Cherry-Ann Fraser

Personal information
- Full name: Cherry-Ann Sarah Fraser
- Born: 21 July 1999 (age 27) Georgetown, Guyana
- Batting: Left-handed
- Bowling: Right-arm medium-fast
- Role: All-rounder

International information
- National side: West Indies (2020–present);
- ODI debut (cap 94): 16 September 2021 v South Africa
- Last ODI: 14 October 2023 v Australia
- T20I debut (cap 41): 30 September 2020 v England
- Last T20I: 22 December 2022 v England

Domestic team information
- 2018–present: Guyana
- 2022–present: Guyana Amazon Warriors

Career statistics
| Competition | WT20I |
| Matches | 1 |
| Runs scored | – |
| Batting average | – |
| 100s/50s | –/– |
| Top score | – |
| Balls bowled | – |
| Wickets | – |
| Bowling average | – |
| 5 wickets in innings | – |
| 10 wickets in match | – |
| Best bowling | – |
| Catches/stumpings | 0/– |
- Source: Cricinfo, 25 January 2023

= Cherry-Ann Fraser =

West Indian cricketer

Cherry-Ann Sarah Fraser (born 21 July 1999) is a Guyanese cricketer who currently plays for Guyana, Guyana Amazon Warriors and the West Indies. Fraser has also represented Guyana in volleyball, playing in the 2019 Inter-Guianas championship.

==Early years==
Fraser began playing cricket when she was 10, playing for St. Agnes Primary, and in the neighborhood she grew up in Cummings Lodge. She played as an all-rounder in the softball arena, on the team Mike's Wellwoman, until accepting an invitation for hardball at the inter-county level.

==Career==
In November 2019, Fraser was added to the West Indies Women's Twenty20 International (WT20I) squad for their series against India, replacing their captain, Stafanie Taylor, who had been ruled out of the tour due to an injury. In January 2020, she was selected in the West Indies' squad for the 2020 ICC Women's T20 World Cup. Fraser was born in Guyana, and played for the Guyana Under-19 female cricket team.

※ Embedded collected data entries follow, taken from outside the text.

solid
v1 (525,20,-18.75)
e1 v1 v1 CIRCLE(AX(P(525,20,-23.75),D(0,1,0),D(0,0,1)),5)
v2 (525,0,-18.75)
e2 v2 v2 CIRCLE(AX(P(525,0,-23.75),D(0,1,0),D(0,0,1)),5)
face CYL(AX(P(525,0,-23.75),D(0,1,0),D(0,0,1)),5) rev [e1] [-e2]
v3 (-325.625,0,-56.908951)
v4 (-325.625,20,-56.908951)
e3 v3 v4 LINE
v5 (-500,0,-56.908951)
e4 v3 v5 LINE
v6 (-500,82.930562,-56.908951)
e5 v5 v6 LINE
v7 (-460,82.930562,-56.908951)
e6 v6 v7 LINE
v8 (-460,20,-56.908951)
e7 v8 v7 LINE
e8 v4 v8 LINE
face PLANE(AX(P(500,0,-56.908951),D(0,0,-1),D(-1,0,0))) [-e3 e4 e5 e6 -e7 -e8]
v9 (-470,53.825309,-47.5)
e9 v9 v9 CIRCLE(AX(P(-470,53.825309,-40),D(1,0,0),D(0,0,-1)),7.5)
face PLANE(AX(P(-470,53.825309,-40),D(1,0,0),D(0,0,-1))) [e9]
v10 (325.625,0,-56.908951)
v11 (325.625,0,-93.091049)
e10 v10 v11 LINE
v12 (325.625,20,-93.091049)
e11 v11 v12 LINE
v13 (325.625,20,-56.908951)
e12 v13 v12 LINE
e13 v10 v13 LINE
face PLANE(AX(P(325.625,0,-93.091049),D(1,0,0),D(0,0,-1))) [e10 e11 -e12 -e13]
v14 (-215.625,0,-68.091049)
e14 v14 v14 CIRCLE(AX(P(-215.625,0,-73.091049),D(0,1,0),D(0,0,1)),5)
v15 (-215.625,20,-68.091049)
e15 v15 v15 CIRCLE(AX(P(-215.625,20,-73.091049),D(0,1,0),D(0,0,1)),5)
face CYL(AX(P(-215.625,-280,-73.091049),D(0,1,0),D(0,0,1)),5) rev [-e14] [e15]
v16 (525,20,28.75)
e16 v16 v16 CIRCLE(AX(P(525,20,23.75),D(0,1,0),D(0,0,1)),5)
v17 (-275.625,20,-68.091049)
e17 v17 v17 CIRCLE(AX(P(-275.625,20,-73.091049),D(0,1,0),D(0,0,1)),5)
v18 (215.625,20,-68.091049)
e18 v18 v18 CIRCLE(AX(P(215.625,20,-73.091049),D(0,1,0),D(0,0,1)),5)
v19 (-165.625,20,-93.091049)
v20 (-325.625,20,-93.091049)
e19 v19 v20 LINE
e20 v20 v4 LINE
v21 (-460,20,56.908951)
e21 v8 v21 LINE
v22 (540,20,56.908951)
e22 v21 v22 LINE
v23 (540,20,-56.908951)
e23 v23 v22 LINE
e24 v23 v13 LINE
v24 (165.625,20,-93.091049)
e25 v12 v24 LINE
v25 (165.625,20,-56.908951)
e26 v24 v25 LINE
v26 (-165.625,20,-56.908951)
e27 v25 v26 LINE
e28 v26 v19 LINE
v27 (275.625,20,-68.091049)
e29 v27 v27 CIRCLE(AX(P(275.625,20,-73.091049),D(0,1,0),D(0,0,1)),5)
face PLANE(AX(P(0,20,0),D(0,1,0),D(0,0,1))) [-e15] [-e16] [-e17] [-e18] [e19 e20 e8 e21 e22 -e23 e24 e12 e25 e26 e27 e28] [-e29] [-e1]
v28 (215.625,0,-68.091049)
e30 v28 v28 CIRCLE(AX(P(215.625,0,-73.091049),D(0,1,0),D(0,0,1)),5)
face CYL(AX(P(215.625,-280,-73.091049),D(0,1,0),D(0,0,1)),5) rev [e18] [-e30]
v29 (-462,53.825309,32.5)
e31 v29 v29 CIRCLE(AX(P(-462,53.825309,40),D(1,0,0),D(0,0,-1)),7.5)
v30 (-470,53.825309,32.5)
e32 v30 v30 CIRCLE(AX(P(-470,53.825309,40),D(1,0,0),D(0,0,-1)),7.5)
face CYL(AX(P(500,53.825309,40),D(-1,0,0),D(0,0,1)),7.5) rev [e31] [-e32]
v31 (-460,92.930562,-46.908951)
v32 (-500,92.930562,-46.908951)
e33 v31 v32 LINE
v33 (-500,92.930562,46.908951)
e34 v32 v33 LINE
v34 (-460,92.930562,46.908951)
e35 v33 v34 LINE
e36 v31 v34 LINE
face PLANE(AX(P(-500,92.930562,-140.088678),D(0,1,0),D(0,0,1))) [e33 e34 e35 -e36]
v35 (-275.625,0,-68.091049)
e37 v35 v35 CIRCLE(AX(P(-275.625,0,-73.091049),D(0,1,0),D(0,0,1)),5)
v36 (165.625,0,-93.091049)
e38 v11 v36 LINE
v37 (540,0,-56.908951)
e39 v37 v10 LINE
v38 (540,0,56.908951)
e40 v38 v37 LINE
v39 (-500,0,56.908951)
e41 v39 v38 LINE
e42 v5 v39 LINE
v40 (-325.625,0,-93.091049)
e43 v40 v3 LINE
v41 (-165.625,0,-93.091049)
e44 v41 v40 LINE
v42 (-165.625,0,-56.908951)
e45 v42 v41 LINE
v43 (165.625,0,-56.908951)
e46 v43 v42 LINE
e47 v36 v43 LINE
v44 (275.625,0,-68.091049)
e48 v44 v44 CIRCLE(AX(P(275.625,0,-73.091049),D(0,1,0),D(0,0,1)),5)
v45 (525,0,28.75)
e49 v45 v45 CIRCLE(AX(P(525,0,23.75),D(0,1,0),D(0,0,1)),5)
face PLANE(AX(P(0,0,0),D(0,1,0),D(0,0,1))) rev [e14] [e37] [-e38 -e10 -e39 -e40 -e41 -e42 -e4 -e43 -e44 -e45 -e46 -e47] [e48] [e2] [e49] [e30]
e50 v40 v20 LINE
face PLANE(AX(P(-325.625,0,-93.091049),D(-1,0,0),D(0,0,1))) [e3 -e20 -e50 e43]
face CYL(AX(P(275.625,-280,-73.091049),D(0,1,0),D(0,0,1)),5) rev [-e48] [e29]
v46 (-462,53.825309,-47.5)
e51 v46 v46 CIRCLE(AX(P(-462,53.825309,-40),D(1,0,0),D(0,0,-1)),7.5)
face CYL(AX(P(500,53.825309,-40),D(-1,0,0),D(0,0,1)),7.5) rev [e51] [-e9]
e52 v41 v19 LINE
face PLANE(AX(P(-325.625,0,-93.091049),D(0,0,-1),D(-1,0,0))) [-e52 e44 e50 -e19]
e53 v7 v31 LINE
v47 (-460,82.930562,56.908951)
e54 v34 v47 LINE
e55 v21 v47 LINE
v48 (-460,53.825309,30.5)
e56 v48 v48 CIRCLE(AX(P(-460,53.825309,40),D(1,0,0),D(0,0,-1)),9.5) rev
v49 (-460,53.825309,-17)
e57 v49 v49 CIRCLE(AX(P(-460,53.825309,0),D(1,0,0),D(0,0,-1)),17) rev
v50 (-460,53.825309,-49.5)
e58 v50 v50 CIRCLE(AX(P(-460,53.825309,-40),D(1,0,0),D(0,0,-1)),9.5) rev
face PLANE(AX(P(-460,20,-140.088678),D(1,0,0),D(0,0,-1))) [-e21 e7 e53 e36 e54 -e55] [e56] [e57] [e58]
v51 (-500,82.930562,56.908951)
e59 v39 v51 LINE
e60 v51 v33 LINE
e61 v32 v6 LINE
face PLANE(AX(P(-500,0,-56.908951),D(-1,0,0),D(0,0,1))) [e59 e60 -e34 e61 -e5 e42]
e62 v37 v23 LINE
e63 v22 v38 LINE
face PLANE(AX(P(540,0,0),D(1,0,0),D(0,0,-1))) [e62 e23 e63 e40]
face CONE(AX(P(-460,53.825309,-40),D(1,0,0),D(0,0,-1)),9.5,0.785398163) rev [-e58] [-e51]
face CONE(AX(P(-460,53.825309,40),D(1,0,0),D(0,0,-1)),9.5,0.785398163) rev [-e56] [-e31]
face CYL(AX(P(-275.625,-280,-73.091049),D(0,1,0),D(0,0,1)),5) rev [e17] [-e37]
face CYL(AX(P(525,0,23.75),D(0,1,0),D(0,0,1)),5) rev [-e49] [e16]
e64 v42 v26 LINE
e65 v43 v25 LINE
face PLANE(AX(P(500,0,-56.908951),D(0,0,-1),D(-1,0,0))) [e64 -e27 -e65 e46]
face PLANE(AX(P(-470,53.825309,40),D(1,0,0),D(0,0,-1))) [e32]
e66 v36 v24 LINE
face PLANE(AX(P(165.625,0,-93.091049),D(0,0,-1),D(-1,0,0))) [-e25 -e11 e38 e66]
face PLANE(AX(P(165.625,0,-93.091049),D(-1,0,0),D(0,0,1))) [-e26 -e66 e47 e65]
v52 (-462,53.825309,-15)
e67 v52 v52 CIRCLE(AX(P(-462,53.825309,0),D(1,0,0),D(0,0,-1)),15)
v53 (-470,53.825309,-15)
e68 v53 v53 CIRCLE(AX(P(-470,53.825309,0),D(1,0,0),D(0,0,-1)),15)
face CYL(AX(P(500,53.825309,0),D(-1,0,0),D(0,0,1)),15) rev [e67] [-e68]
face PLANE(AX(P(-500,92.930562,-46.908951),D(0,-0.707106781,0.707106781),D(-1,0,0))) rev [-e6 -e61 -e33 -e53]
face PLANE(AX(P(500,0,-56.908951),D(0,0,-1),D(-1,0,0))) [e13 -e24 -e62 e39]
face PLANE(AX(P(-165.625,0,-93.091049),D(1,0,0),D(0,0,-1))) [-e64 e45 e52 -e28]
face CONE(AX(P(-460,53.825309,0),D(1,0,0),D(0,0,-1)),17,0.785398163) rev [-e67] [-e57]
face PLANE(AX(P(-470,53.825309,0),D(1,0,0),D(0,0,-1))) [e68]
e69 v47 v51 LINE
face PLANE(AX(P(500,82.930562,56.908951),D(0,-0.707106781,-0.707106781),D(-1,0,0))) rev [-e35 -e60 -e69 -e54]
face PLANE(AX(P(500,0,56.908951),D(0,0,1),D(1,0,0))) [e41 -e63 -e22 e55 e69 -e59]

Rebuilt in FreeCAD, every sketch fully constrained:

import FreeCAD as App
import Part
import Sketcher
from FreeCAD import Vector
Q = App.Units.Quantity


def edges_at(feature, points):
    """Names of the edges that pass closest to the given points."""
    edges = feature.Shape.Edges
    near = lambda p: min(range(len(edges)), key=lambda i: edges[i].distToShape(Part.Vertex(*p))[0])
    return sorted({f"Edge{near(p) + 1}" for p in points})

doc = App.newDocument("Part")
body = doc.addObject("PartDesign::Body", "Body")

sketch1 = body.newObject("Sketcher::SketchObject", "Sketch")
sketch1.AttachmentSupport = (doc.getObject("XZ_Plane"), [""])
sketch1.MapMode = "FlatFace"
sketch1.addGeometry(Part.LineSegment(Vector(-106, -28, 0), Vector(-106, 28, 0)), False)
sketch1.addGeometry(Part.LineSegment(Vector(-106, 28, 0), Vector(106, 28, 0)), False)
sketch1.addGeometry(Part.LineSegment(Vector(106, 28, 0), Vector(106, -28, 0)), False)
sketch1.addGeometry(Part.LineSegment(Vector(106, -28, 0), Vector(-106, -28, 0)), False)
sketch1.addConstraint(Sketcher.Constraint("Coincident", 0, 2, 1, 1))
sketch1.addConstraint(Sketcher.Constraint("Coincident", 1, 2, 2, 1))
sketch1.addConstraint(Sketcher.Constraint("Coincident", 2, 2, 3, 1))
sketch1.addConstraint(Sketcher.Constraint("Coincident", 3, 2, 0, 1))
sketch1.addConstraint(Sketcher.Constraint("Vertical", 0))
sketch1.addConstraint(Sketcher.Constraint("Horizontal", 1))
sketch1.addConstraint(Sketcher.Constraint("Vertical", 2))
sketch1.addConstraint(Sketcher.Constraint("Horizontal", 3))
sketch1.addConstraint(Sketcher.Constraint("Symmetric", 0, 2, 2, 2, -1, 1))
sketch1.addConstraint(Sketcher.Constraint("DistanceX", 1, 1, 1, 2, Q("211.21615 mm")))
sketch1.addConstraint(Sketcher.Constraint("DistanceY", 0, 1, 0, 2, Q("56.943071 mm")))
pad1 = body.newObject("PartDesign::Pad", "Pad")
pad1.Profile = sketch1
pad1.Length = 20
pad1.Reversed = True

sketch2 = body.newObject("Sketcher::SketchObject", "Sketch001")
sketch2.AttachmentSupport = (doc.getObject("XZ_Plane"), [""])
sketch2.MapMode = "FlatFace"
sketch2.AttachmentOffset = App.Placement(Vector(0, 0, -20), App.Rotation())
sketch2.addGeometry(Part.LineSegment(Vector(-500, -57, 0), Vector(-500, 57, 0)), False)
sketch2.addGeometry(Part.LineSegment(Vector(-500, 57, 0), Vector(500, 57, 0)), False)
sketch2.addGeometry(Part.LineSegment(Vector(500, 57, 0), Vector(500, -57, 0)), False)
sketch2.addGeometry(Part.LineSegment(Vector(500, -57, 0), Vector(-500, -57, 0)), False)
sketch2.addConstraint(Sketcher.Constraint("Coincident", 0, 2, 1, 1))
sketch2.addConstraint(Sketcher.Constraint("Coincident", 1, 2, 2, 1))
sketch2.addConstraint(Sketcher.Constraint("Coincident", 2, 2, 3, 1))
sketch2.addConstraint(Sketcher.Constraint("Coincident", 3, 2, 0, 1))
sketch2.addConstraint(Sketcher.Constraint("Vertical", 0))
sketch2.addConstraint(Sketcher.Constraint("Horizontal", 1))
sketch2.addConstraint(Sketcher.Constraint("Vertical", 2))
sketch2.addConstraint(Sketcher.Constraint("Horizontal", 3))
sketch2.addConstraint(Sketcher.Constraint("Symmetric", 0, 2, 2, 2, -1, 1))
sketch2.addConstraint(Sketcher.Constraint("DistanceX", 1, 1, 1, 2, Q("1000 mm")))
sketch2.addConstraint(Sketcher.Constraint("DistanceY", 0, 1, 0, 2, Q("113.817903 mm")))
pad2 = body.newObject("PartDesign::Pad", "Pad001")
pad2.Profile = sketch2
pad2.Length = 20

In August 2020, she was named in the West Indies' squad for the WT20I series against England. She made her WT20I debut for the West Indies, against England, on 30 September 2020. In May 2021, Fraser was awarded with a central contract from Cricket West Indies.

In June 2021, Fraser was named in the West Indies A Team for their series against Pakistan.

In September 2021, Fraser was added to the West Indies Women's One Day International (WODI) ahead of their fourth match against South Africa. She made her WODI debut on 16 September 2021, for the West Indies against South Africa.

In October 2021, she was named as one of three reserve players in the West Indies team for the 2021 Women's Cricket World Cup Qualifier tournament in Zimbabwe. In February 2022, she was named in the West Indies team for the 2022 Women's Cricket World Cup in New Zealand.

Fraser was part of the West Indies squad for the 2025 Women's Cricket World Cup Qualifier in Pakistan in April 2025.